Add variable liveness to DWARF
It would be ideal for this coverage tool as well as other analysis tools if DWARF described the first defined and last used points for source variables. Future work could explore a DWARF extension to capture this during compilation, and then adjust the coverage tool to make use of it. This would simplify the coverage tool both internally and at time of use, as we’d no longer need to examine LLVM IR. Beyond the coverage use case here, debuggers could warn about use of uninitialised values, tracers could about printing bogus data, etc. This would obviously require its own RFC and communication with DWARF committee if it were pursued.
Investigate finer-grained coverage
It would be nice to increase coverage precision by going beyond line granularity in some way. This would be particularly helpful for language features like loop headers, which are made up of several expressions that might all occupy a single source line but which execute at different times in the running program. It may also be helpful for other constructs like function calls with computations in their arguments and similar expressions which do not have a source line all to themselves.
It’s not immediately obvious how best to go beyond lines when using the DWARF line table as-is, since an instruction is mapped to a single source position, not a source region (with start and end) as you’d have in a source language AST. While you could perhaps extrapolate a region by joining adjacent line table rows (and stopping when you see the end_sequence flag), it is not clear if such data would be reliable, as line table gaps would imply unintentionally inflated regions. Future work could explore ways of improving precision here.
There’s also a separate dimension to consider: whether the whole variable is covered vs. only some fraction of the bits it contains. Our initial version assumes any coverage of a variable covers the whole variable, but future work may wish to be more precise here.

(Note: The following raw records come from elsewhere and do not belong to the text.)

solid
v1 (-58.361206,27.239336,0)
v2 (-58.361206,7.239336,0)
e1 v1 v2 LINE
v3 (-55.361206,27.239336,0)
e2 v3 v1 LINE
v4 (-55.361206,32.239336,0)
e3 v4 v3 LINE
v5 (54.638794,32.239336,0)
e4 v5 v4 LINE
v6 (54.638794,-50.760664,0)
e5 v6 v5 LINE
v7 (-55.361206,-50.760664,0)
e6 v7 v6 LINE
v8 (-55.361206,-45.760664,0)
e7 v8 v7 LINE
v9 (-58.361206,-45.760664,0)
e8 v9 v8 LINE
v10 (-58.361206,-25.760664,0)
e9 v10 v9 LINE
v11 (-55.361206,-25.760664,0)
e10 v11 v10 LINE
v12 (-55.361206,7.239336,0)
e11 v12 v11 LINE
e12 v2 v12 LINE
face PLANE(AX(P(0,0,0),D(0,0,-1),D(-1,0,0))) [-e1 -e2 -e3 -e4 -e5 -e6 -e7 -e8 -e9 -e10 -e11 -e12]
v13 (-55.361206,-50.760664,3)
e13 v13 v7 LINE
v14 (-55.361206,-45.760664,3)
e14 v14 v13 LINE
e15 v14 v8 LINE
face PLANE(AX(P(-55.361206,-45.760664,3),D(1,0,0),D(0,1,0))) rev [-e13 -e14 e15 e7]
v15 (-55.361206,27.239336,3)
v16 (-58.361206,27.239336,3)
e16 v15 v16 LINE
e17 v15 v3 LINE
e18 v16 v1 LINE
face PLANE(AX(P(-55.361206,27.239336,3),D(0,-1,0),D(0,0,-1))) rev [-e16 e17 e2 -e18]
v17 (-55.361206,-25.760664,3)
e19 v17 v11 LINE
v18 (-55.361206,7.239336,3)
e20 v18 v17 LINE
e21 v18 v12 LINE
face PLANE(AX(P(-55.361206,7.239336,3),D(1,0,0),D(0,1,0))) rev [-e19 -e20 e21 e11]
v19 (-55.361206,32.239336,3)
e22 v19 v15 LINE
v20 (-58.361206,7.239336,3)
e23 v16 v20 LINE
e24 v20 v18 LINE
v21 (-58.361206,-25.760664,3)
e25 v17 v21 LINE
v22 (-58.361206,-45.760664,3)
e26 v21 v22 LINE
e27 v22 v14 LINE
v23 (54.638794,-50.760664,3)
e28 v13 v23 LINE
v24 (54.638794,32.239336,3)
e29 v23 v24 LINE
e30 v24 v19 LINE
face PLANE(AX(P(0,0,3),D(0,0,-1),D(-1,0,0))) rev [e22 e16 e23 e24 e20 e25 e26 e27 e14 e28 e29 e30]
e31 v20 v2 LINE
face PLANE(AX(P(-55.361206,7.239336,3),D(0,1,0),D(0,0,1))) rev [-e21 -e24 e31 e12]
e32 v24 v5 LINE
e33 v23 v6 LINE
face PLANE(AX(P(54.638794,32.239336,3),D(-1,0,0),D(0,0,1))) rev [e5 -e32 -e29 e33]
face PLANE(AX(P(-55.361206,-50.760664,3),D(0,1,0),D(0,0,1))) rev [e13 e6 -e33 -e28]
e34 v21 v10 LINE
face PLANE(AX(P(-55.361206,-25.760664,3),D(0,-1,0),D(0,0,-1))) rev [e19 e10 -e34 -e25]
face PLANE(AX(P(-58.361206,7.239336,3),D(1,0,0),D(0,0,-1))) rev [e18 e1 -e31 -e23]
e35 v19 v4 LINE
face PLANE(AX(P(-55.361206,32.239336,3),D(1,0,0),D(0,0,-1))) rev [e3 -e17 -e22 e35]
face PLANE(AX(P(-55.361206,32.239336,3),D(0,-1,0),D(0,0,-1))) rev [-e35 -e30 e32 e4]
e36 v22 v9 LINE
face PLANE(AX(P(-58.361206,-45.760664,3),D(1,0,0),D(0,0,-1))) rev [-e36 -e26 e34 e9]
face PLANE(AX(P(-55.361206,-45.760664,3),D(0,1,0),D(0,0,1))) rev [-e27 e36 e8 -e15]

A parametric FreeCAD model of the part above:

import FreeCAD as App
import Part
import Sketcher

V = App.Vector
Q = App.Units.Quantity


def add_polygon(sketch, points):
    """Adds a closed chain of lines whose ends are joined by coincident constraints."""
    first, n = sketch.GeometryCount, len(points)
    for a, b in zip(points, points[1:] + points[:1]):
        sketch.addGeometry(Part.LineSegment(App.Vector(*a, 0), App.Vector(*b, 0)), False)
    for i in range(n):
        sketch.addConstraint(Sketcher.Constraint("Coincident", first + i, 2, first + (i + 1) % n, 1))

doc = App.newDocument("Part")
body = doc.addObject("PartDesign::Body", "Body")

# Sketch on XY plane
sketch1 = body.newObject("Sketcher::SketchObject", "Sketch")
sketch1.AttachmentSupport = (doc.getObject("XY_Plane"), [""])
sketch1.MapMode = "FlatFace"
add_polygon(sketch1, [(-55.4, 7.2), (-55.4, -25.8), (-58.4, -25.8), (-58.4, -45.8), (-55.4, -45.8), (-55.4, -50.8), (54.6, -50.8), (54.6, 32.2), (-55.4, 32.2), (-55.4, 27.2), (-58.4, 27.2), (-58.4, 7.2)])  # lines 0-11
sketch1.addConstraint([
    Sketcher.Constraint("Vertical", 0),
    Sketcher.Constraint("Horizontal", 1),
    Sketcher.Constraint("Vertical", 2),
    Sketcher.Constraint("Horizontal", 3),
    Sketcher.Constraint("Vertical", 4),
    Sketcher.Constraint("Horizontal", 5),
    Sketcher.Constraint("Vertical", 6),
    Sketcher.Constraint("Horizontal", 7),
    Sketcher.Constraint("Vertical", 8),
    Sketcher.Constraint("Horizontal", 9),
    Sketcher.Constraint("Vertical", 10),
    Sketcher.Constraint("Horizontal", 11),
    Sketcher.Constraint("Vertical", 0, 2, 3, 2),
    Sketcher.Constraint("Vertical", 4, 2, 7, 2),
    Sketcher.Constraint("Vertical", 2, 2, 9, 2),
    Sketcher.Constraint("Equal", 4, 8),
    Sketcher.Constraint("Equal", 2, 10),
    Sketcher.Constraint("DistanceX", 1, 2, 1, 1, Q("3 mm")),
    Sketcher.Constraint("DistanceX", 5, 1, 5, 2, Q("110 mm")),
    Sketcher.Constraint("DistanceY", 0, 2, 0, 1, Q("33 mm")),
    Sketcher.Constraint("DistanceY", 2, 2, 2, 1, Q("20 mm")),
    Sketcher.Constraint("DistanceY", 4, 2, 4, 1, Q("5 mm")),
    Sketcher.Constraint("DistanceX", 0, 2, -1, 1, Q("55.361206 mm")),
    Sketcher.Constraint("DistanceY", 0, 2, -1, 1, Q("25.760664 mm")),
])
pad1 = body.newObject("PartDesign::Pad", "Pad")
pad1.Profile = sketch1
pad1.Length = 3

doc.recompute()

Support debug info formats beyond DWARF
As already mentioned, we plan to support only DWARF debug info for our initial work, but there’s nothing about the approach that is specific to DWARF. It would be great to see this approach applied to other debug info formats in a single tool.
Acknowledgements
Thanks to everyone who has provided feedback on this along the way. Adrian Prantl gave quite helpful advice in discussions at EuroLLVM. The Sony / SN Systems team is assisting us with this effort and reviewed an earlier draft of this RFC.